His answer to things were "aren't there people you can pay to do that?".

Sigh, I think most men just don't feel any personal ownership or responsibility for the wedding :/

What really annoyed me and stressed me out was that for the first time it didn't feel like he had my back. If I forgot a detail or overlooked something, he wouldn't have caught it, and things would have just been missing or gone wrong. For example: we had nobody to set up the reception hall, if my dad hadn't stepped up last minute, I would have had to cancel our formal photos to do it myself. I had overlooked the logistics that would be involved, and hubby was just functioning under the assumption that I would take care of everything, so when I realized the day before the wedding, I had a mild anxiety attack. Hubby was no help because he had no idea what was going on. Thank goodness for my parents being there for me!

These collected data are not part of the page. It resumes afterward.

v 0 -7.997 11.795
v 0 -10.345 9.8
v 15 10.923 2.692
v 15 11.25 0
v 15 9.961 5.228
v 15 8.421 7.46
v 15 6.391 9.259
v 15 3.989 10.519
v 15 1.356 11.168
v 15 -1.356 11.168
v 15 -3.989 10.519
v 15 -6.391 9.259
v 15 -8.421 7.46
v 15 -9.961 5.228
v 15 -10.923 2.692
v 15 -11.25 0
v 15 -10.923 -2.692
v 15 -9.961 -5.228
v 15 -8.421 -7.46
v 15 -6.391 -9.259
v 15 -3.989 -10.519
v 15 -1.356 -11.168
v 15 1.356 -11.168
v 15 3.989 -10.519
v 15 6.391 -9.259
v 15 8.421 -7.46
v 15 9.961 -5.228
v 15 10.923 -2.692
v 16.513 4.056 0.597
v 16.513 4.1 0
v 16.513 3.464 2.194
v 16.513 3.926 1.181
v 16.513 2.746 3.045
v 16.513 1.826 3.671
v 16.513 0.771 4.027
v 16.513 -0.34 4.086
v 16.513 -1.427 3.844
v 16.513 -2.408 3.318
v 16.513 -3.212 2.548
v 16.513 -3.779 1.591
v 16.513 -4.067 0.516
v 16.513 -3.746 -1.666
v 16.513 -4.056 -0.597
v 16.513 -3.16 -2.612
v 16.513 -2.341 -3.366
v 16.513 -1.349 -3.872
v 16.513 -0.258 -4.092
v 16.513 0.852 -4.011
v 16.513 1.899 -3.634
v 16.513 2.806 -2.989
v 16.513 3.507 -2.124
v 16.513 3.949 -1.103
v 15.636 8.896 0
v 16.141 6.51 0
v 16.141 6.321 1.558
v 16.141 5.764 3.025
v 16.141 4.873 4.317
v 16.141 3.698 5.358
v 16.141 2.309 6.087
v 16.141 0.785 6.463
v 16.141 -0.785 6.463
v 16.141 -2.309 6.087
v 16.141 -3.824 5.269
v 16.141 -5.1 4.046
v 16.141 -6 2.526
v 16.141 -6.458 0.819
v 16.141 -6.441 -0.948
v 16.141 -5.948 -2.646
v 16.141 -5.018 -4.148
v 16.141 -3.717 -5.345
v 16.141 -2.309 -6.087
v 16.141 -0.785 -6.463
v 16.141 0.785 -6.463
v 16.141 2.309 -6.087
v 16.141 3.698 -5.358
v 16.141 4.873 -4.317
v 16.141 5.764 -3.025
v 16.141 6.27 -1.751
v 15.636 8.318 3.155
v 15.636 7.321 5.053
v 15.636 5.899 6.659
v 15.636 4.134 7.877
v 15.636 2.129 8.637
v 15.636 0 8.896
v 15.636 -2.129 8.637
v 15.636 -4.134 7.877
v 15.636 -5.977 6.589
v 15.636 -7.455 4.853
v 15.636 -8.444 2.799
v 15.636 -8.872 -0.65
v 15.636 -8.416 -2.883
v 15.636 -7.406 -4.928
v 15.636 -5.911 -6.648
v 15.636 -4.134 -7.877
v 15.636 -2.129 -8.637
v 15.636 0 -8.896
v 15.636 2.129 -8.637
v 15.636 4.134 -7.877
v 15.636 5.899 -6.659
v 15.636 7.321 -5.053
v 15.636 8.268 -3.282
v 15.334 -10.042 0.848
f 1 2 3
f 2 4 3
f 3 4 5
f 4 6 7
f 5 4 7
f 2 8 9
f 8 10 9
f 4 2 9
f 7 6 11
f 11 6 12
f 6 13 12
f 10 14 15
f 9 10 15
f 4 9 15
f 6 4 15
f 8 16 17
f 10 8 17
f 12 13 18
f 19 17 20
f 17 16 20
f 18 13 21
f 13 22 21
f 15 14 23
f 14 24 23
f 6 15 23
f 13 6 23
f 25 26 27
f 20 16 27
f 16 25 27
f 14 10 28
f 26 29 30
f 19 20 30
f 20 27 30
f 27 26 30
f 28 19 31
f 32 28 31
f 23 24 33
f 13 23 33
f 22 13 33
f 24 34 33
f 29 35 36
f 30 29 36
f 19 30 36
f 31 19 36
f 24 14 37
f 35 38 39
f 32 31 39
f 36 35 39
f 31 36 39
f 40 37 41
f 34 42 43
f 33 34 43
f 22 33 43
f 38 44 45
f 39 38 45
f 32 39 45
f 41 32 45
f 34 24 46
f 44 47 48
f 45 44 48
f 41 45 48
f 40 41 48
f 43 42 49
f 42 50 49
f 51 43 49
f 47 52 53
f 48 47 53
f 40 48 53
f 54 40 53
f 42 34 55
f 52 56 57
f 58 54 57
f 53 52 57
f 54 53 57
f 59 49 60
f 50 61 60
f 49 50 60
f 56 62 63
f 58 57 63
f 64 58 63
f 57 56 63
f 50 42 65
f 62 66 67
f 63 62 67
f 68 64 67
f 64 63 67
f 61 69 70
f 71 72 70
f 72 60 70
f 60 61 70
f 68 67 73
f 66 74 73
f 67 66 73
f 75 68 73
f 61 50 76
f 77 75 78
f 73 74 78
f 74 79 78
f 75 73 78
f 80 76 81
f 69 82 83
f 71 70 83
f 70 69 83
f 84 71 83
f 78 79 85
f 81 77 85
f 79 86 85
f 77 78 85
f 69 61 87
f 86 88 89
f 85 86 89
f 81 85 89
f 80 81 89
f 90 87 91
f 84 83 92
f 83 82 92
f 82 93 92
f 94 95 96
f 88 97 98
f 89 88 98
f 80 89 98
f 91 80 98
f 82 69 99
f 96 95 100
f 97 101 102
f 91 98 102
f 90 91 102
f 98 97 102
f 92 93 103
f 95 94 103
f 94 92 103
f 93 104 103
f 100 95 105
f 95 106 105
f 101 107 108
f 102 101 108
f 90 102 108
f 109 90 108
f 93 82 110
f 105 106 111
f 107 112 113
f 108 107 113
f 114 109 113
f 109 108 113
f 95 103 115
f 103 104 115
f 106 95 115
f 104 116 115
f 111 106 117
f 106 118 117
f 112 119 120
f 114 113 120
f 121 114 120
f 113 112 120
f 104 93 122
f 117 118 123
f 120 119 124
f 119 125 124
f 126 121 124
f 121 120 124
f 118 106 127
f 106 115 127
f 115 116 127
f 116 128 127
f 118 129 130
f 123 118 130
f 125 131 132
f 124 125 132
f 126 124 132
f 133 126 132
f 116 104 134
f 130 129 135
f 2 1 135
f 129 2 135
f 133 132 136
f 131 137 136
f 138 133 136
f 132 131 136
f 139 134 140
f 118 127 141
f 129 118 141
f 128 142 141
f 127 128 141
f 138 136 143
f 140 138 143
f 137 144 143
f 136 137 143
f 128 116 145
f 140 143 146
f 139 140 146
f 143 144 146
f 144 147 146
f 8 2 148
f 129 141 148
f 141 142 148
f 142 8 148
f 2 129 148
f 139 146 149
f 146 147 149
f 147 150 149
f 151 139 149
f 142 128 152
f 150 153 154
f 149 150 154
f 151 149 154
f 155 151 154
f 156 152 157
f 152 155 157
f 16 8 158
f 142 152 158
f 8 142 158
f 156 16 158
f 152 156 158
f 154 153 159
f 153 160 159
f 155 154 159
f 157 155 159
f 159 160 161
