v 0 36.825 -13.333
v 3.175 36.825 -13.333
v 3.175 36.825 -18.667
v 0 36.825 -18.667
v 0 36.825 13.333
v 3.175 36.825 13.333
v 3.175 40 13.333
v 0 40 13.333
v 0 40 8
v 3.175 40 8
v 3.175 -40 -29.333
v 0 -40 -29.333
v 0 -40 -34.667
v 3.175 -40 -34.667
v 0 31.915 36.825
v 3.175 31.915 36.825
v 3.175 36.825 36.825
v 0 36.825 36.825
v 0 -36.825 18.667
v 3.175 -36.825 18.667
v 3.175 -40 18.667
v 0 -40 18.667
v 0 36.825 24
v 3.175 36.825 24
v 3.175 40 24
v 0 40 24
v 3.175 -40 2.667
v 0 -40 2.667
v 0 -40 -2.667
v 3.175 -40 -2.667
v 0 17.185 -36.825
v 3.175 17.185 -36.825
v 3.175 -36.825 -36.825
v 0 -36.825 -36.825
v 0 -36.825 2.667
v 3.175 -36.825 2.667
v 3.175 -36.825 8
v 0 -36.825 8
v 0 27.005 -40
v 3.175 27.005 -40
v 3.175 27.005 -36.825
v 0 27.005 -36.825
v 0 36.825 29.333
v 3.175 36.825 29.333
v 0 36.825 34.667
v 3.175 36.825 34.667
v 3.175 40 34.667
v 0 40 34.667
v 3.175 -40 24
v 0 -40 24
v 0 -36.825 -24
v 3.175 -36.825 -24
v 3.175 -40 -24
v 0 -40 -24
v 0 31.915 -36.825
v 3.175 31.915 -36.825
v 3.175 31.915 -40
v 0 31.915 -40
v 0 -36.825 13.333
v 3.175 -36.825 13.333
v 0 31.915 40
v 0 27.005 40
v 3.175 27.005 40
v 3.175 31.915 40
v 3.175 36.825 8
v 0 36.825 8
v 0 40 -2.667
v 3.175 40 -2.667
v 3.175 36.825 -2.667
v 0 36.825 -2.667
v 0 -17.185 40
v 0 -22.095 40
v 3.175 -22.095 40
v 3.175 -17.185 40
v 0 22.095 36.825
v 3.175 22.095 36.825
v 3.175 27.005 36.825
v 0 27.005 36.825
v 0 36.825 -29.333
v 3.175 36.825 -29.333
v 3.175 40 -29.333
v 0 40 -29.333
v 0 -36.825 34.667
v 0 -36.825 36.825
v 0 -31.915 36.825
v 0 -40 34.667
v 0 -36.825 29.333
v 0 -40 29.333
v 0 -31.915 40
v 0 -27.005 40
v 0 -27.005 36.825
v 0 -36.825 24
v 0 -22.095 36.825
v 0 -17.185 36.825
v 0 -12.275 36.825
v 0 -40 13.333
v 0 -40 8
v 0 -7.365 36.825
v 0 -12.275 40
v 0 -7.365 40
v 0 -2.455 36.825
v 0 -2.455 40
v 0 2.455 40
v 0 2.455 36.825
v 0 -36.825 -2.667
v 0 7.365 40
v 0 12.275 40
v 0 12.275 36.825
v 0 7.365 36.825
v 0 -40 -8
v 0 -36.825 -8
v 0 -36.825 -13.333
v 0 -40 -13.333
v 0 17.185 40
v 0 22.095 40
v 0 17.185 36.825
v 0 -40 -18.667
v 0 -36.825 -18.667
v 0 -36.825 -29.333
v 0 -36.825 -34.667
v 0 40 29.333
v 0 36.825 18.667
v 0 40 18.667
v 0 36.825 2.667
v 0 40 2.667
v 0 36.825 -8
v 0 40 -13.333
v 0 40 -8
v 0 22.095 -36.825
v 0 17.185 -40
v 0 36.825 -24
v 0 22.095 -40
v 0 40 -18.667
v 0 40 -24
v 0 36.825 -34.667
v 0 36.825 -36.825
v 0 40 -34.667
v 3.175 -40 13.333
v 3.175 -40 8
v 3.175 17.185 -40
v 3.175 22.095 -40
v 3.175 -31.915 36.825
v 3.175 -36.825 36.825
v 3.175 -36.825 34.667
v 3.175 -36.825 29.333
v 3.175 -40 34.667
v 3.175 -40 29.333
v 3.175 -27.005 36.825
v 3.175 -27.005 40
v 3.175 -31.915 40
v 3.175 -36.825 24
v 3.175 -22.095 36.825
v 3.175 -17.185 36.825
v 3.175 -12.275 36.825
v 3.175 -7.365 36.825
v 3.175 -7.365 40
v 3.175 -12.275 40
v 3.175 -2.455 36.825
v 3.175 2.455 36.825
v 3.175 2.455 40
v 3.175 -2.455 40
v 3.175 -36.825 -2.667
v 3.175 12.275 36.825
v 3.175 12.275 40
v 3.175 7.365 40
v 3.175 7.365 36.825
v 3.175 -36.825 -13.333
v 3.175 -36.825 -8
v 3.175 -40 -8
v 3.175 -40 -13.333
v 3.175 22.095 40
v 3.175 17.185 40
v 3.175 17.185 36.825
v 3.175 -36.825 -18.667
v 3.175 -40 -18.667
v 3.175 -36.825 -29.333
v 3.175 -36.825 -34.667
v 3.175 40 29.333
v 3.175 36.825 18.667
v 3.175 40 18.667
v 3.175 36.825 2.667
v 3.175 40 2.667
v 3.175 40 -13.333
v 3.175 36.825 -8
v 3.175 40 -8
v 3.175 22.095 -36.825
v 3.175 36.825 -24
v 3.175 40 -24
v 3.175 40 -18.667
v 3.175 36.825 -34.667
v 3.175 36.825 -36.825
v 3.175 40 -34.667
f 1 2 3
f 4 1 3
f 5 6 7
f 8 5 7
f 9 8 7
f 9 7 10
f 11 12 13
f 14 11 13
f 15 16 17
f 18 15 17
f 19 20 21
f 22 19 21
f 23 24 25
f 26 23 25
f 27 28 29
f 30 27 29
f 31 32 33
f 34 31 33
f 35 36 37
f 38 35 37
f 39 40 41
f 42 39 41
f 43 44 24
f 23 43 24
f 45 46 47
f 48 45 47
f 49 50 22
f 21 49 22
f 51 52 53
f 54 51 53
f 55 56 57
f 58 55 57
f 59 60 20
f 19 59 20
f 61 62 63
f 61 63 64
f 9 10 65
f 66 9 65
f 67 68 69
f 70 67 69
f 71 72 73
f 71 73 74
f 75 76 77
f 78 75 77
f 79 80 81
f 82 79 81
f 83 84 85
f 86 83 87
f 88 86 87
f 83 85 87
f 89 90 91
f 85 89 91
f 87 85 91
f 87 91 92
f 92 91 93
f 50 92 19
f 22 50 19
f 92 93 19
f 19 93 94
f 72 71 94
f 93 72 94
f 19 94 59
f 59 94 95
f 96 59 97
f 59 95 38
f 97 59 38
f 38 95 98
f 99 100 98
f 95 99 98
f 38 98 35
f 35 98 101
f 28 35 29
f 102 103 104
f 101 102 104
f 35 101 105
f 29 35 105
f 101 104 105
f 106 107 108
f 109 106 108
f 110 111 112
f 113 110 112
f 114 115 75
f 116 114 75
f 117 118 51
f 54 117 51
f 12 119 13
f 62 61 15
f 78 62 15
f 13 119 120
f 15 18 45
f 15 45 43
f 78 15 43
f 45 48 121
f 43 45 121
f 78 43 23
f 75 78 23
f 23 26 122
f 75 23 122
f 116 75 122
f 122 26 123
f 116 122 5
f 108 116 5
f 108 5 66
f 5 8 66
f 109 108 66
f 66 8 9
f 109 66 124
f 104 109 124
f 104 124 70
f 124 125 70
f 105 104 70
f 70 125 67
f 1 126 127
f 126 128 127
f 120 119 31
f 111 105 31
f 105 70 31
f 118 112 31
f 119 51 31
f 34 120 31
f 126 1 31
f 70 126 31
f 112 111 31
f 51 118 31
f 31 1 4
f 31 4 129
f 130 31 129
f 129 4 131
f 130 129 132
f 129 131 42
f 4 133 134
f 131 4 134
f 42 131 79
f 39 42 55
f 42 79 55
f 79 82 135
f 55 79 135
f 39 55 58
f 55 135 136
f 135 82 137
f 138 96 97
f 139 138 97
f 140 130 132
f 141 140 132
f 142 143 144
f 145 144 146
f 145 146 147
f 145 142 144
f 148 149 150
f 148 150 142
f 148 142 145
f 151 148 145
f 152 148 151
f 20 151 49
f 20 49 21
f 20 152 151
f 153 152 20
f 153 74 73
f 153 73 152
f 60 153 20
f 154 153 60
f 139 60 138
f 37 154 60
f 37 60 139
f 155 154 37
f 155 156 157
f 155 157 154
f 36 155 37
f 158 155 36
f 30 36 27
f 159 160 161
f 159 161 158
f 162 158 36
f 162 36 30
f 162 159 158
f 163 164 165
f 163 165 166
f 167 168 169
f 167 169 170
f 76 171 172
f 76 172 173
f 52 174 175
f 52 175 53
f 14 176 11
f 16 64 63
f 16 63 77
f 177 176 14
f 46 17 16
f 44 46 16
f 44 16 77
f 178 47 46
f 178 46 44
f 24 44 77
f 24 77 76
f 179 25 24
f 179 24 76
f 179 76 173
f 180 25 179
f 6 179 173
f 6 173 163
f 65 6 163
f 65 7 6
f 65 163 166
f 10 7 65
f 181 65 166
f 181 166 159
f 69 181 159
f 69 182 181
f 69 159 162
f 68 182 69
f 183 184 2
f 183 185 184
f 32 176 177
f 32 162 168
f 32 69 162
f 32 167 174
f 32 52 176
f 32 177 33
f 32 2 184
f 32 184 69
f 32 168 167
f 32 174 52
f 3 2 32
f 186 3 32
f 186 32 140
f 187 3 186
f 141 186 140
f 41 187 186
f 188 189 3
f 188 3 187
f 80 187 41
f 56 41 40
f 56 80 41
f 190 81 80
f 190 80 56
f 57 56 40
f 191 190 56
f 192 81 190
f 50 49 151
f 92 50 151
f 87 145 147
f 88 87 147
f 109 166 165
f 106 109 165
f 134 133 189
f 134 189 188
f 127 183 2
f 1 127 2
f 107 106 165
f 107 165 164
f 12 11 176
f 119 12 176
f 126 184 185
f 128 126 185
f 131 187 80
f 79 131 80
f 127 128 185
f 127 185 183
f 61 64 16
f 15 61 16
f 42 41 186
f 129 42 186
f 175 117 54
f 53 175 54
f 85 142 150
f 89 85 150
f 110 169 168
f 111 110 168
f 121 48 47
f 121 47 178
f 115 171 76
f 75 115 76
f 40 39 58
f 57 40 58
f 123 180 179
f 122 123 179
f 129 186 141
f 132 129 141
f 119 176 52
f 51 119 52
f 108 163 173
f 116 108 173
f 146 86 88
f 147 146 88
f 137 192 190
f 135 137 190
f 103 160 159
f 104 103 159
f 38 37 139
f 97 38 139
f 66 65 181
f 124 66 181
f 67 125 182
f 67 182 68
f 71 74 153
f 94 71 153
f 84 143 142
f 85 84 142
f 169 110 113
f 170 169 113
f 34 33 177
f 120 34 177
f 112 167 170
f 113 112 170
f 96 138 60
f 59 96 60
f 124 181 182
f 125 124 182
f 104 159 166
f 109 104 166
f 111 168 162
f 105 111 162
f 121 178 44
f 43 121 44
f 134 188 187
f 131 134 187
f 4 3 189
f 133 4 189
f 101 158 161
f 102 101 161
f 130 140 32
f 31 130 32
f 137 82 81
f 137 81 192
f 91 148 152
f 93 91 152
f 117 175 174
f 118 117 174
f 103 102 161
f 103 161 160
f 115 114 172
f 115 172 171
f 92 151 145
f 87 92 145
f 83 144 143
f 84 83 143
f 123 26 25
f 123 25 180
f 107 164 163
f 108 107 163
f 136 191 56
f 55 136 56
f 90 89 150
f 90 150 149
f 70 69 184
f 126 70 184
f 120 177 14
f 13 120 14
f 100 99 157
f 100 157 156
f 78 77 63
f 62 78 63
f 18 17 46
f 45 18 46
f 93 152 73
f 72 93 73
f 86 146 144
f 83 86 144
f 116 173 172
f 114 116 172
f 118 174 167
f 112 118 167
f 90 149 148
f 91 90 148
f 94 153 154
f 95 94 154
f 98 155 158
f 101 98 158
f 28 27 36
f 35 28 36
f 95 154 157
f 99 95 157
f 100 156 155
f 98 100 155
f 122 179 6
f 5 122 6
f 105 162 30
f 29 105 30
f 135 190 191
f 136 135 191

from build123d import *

# Parameters (mm, degrees)
SKETCH2_W           = 80
SKETCH2_H           = 80
BOSS_EXTRUDE1_DEPTH = 3.175
SKETCH3_OUTSIDE_W   = 104.636
SKETCH3_OUTSIDE_H   = 104.636
CUT_EXTRUDE1_DEPTH  = 57.657573413
SKETCH4_W           = 3.175
SKETCH4_H           = 49.1
CUT_EXTRUDE2_DEPTH  = 57.657573413


with BuildPart() as part:
    # Sketch2 → Boss-Extrude1 (new body)
    with BuildSketch(Plane(origin=(0, 0, 0), x_dir=(0, 0, -1), z_dir=(1, 0, 0))):
        Rectangle(SKETCH2_W, SKETCH2_H)
    extrude(amount=BOSS_EXTRUDE1_DEPTH)

    # Sketch3 outside → Cut-Extrude1 (cut, through all)
    with BuildSketch(Plane(origin=(3.175, 0, 0), x_dir=(0, 0, -1), z_dir=(1, 0, 0))):
        Rectangle(SKETCH3_OUTSIDE_W, SKETCH3_OUTSIDE_H)
        Polygon((34.666666667, 36.825), (36.825, 36.825), (36.825, 31.915), (40, 31.915), (40, 27.005), (36.825, 27.005), (36.825, 22.095), (40, 22.095), (40, 17.185), (36.825, 17.185), (36.825, 12.275), (40, 12.275), (40, 7.365), (36.825, 7.365), (36.825, 2.455), (40, 2.455), (40, -2.455), (36.825, -2.455), (36.825, -7.365), (40, -7.365), (40, -12.275), (36.825, -12.275), (36.825, -17.185), (40, -17.185), (40, -22.095), (36.825, -22.095), (36.825, -27.005), (40, -27.005), (40, -31.915), (36.825, -31.915), (36.825, -36.825), (34.666666667, -36.825), (34.666666667, -40), (29.333333333, -40), (29.333333333, -36.825), (24, -36.825), (24, -40), (18.666666667, -40), (18.666666667, -36.825), (13.333333333, -36.825), (13.333333333, -40), (8, -40), (8, -36.825), (2.666666667, -36.825), (2.666666667, -40), (-2.666666667, -40), (-2.666666667, -36.825), (-8, -36.825), (-8, -40), (-13.333333333, -40), (-13.333333333, -36.825), (-18.666666667, -36.825), (-18.666666667, -40), (-24, -40), (-24, -36.825), (-29.333333333, -36.825), (-29.333333333, -40), (-34.666666667, -40), (-34.666666667, -36.825), (-36.825, -36.825), (-36.825, -31.915), (-40, -31.915), (-40, -27.005), (-36.825, -27.005), (-36.825, -22.095), (-40, -22.095), (-40, -17.185), (-36.825, -17.185), (-36.825, -12.275), (-40, -12.275), (-40, -7.365), (-36.825, -7.365), (-36.825, -2.455), (-40, -2.455), (-40, 2.455), (-36.825, 2.455), (-36.825, 7.365), (-40, 7.365), (-40, 12.275), (-36.825, 12.275), (-36.825, 17.185), (-40, 17.185), (-40, 22.095), (-36.825, 22.095), (-36.825, 27.005), (-40, 27.005), (-40, 31.915), (-36.825, 31.915), (-36.825, 36.825), (-34.666666667, 36.825), (-34.666666667, 40), (-29.333333333, 40), (-29.333333333, 36.825), (-24, 36.825), (-24, 40), (-18.666666667, 40), (-18.666666667, 36.825), (-13.333333333, 36.825), (-13.333333333, 40), (-8, 40), (-8, 36.825), (-2.666666667, 36.825), (-2.666666667, 40), (2.666666667, 40), (2.666666667, 36.825), (8, 36.825), (8, 40), (13.333333333, 40), (13.333333333, 36.825), (18.666666667, 36.825), (18.666666667, 40), (24, 40), (24, 36.825), (29.333333333, 36.825), (29.333333333, 40), (34.666666667, 40), align=None, mode=Mode.SUBTRACT)
    extrude(amount=-CUT_EXTRUDE1_DEPTH, mode=Mode.SUBTRACT)

    # Sketch4 → Cut-Extrude2 (cut, through all)
    with BuildSketch(Plane(origin=(3.175, 0, 0), x_dir=(0, 0, -1), z_dir=(1, 0, 0))):
        with Locations((38.4125, -12.275)):
            Rectangle(SKETCH4_W, SKETCH4_H)
    extrude(amount=-CUT_EXTRUDE2_DEPTH, mode=Mode.SUBTRACT)


solid = part.part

It was ironic to me that in planning our wedding, I didn't feel like I could depend on him to be my partner. And what really irked me was that he seemed to take it for granted that I (as a woman) loved wedding planning and wanted to do everything myself, even though I told him I wanted help and was feeling really stressed out that I was responsible for the whole thing (especially when it was in his hometown where I didn't know anyone I was comfortable asking to help). He tried to take more interest in it, but it was like pulling teeth.

I was so happy to have the wedding over, we get along much better now.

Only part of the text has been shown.